Evaluation of a long-lasting pavement patching material and surface treatment

Abstract

As the concrete pavement suffer from various degradation factors, maintenance and repair cost of pavement has been increased. Although there are various developed materials for the road repair, the existing repair materials containing ordinary Portland cement or hot mix asphalt may face degradation at the early curing phase due to the debondment of the repair material from the substrate. Owing to these problems, the magnesium phosphate cement was evaluated for a new road repair materials. Moreover, as a prevention method, the performance of the surface treatment was evaluated. The optimistic mix design of MPC mortar was determined in terms of the fundamental properties by modifying the ratio of activator and retarder.

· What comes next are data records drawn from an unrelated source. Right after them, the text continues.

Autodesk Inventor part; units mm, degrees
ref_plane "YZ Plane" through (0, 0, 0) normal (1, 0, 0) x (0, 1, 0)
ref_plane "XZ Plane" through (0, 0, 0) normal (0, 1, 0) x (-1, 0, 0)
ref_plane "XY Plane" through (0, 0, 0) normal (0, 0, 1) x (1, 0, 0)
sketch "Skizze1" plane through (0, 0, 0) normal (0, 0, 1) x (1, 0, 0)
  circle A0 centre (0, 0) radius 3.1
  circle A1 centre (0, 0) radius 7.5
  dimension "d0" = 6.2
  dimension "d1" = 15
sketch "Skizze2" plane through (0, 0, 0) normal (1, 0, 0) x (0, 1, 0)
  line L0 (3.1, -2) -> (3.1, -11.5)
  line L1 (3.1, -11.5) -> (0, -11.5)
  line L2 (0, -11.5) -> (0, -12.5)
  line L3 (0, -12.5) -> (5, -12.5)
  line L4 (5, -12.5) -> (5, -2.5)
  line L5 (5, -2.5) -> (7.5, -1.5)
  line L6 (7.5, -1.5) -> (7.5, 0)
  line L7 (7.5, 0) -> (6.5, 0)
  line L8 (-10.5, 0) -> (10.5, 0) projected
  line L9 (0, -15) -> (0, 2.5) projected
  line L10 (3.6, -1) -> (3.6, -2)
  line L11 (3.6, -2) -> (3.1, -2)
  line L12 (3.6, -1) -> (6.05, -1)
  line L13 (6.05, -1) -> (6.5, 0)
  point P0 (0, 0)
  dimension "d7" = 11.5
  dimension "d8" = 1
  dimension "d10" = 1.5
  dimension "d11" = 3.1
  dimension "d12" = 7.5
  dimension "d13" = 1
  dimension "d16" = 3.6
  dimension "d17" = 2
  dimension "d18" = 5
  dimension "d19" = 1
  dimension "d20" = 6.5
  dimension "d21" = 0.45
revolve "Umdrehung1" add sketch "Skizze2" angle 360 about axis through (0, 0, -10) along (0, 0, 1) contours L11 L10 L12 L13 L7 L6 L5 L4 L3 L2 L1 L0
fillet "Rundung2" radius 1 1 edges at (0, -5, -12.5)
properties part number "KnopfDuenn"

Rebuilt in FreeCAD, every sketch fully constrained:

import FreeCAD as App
import Part
import Sketcher

V = App.Vector


def edges_at(feature, points):
    """Names of the edges that pass closest to the given points."""
    edges = feature.Shape.Edges
    near = lambda p: min(range(len(edges)), key=lambda i: edges[i].distToShape(Part.Vertex(*p))[0])
    return sorted({f"Edge{near(p) + 1}" for p in points})


def add_polygon(sketch, points):
    """Adds a closed chain of lines whose ends are joined by coincident constraints."""
    first, n = sketch.GeometryCount, len(points)
    for a, b in zip(points, points[1:] + points[:1]):
        sketch.addGeometry(Part.LineSegment(App.Vector(*a, 0), App.Vector(*b, 0)), False)
    for i in range(n):
        sketch.addConstraint(Sketcher.Constraint("Coincident", first + i, 2, first + (i + 1) % n, 1))

doc = App.newDocument("Part")
body = doc.addObject("PartDesign::Body", "Body")

# Sketch on YZ plane
sketch1 = body.newObject("Sketcher::SketchObject", "Sketch")
sketch1.AttachmentSupport = (doc.getObject("YZ_Plane"), [""])
sketch1.MapMode = "FlatFace"
add_polygon(sketch1, [(3.6, -2), (3.1, -2), (3.1, -11.5), (0, -11.5), (0, -12.5), (5, -12.5), (5, -2.5), (7.5, -1.5), (7.5, 0), (6.5, 0), (6.05, -1), (3.6, -1)])  # lines 0-11
sketch1.addConstraint(Sketcher.Constraint("Horizontal", 0))
sketch1.addConstraint(Sketcher.Constraint("Vertical", 1))
sketch1.addConstraint(Sketcher.Constraint("Horizontal", 2))
sketch1.addConstraint(Sketcher.Constraint("Vertical", 3))
sketch1.addConstraint(Sketcher.Constraint("Horizontal", 4))
sketch1.addConstraint(Sketcher.Constraint("Vertical", 5))
sketch1.addConstraint(Sketcher.Constraint("Vertical", 7))
sketch1.addConstraint(Sketcher.Constraint("Horizontal", 8))
sketch1.addConstraint(Sketcher.Constraint("Horizontal", 10))
sketch1.addConstraint(Sketcher.Constraint("Vertical", 11))
sketch1.addConstraint(Sketcher.Constraint("PointOnObject", 2, 2, -2))
sketch1.addConstraint(Sketcher.Constraint("PointOnObject", 7, 2, -1))
sketch1.addConstraint(Sketcher.Constraint("Equal", 8, 3))
sketch1.addConstraint(Sketcher.Constraint("Equal", 3, 11))
sketch1.addConstraint(Sketcher.Constraint("DistanceX", 4, 1, 4, 2, 5.0))
sketch1.addConstraint(Sketcher.Constraint("DistanceX", 8, 2, 8, 1, 1.0))
sketch1.addConstraint(Sketcher.Constraint("DistanceX", 2, 2, 2, 1, 3.1))
sketch1.addConstraint(Sketcher.Constraint("DistanceY", 7, 1, 7, 2, 1.5))
sketch1.addConstraint(Sketcher.Constraint("DistanceY", 0, 2, -1, 1, 2.0))
sketch1.addConstraint(Sketcher.Constraint("DistanceY", 5, 2, 6, 2, 1.0))
sketch1.addConstraint(Sketcher.Constraint("DistanceY", 1, 2, -1, 1, 11.5))
sketch1.addConstraint(Sketcher.Constraint("DistanceX", -1, 1, 6, 2, 7.5))
sketch1.addConstraint(Sketcher.Constraint("DistanceX", -1, 1, 10, 2, 3.6))
sketch1.addConstraint(Sketcher.Constraint("DistanceX", 9, 2, 8, 2, 0.45))
revolution = body.newObject("PartDesign::Revolution", "Revolution")
revolution.Profile = sketch1
revolution.ReferenceAxis = (sketch1, ["V_Axis"])
revolution.Angle = 360
doc.recompute()

fillet = body.newObject("PartDesign::Fillet", "Fillet")
fillet.Base = (revolution, edges_at(revolution, [(0, -5, -12.5)]))
fillet.Radius = 1

doc.recompute()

The hydration products and pore structure were determined by measuring X-ray diffraction and mercury intrusion porosimetry, respectively. The physical performance of MPC mortar was interpreted the interfacial pore distribution using BSE image analysis. The freezing and thawing test and rapid chloride penetration test were performed to evaluate the durability of MPC. As a result, the MPC shows high physical performance including compressive strength and accelerated setting. The tensile and flexural strengths also higher than OPC, accounting for 1.9 and 1.7MPa, respectively. It is presumed that the reduction of interfacial porosity may result in the increase of the adhesion of MPC mortar. Moreover, due to the reduction of the porosity at capillary, the MPC showed low penetrability and high resistance against frost damage. In terms of surface treatment, the ionic percolation was evaluated for silane and siloxine based products (SS Liquid and SS Crème). It was found that the surface treatment could significantly reduce the water absorption and chloride ingresses at all depths, due to a modification of the pore structure and/or generation of water repellent film on the surface. Thus, SS Crème could reduce a large margin for the chloride diffusivity, whilst SS liquid significantly lower the surface chloride concentration.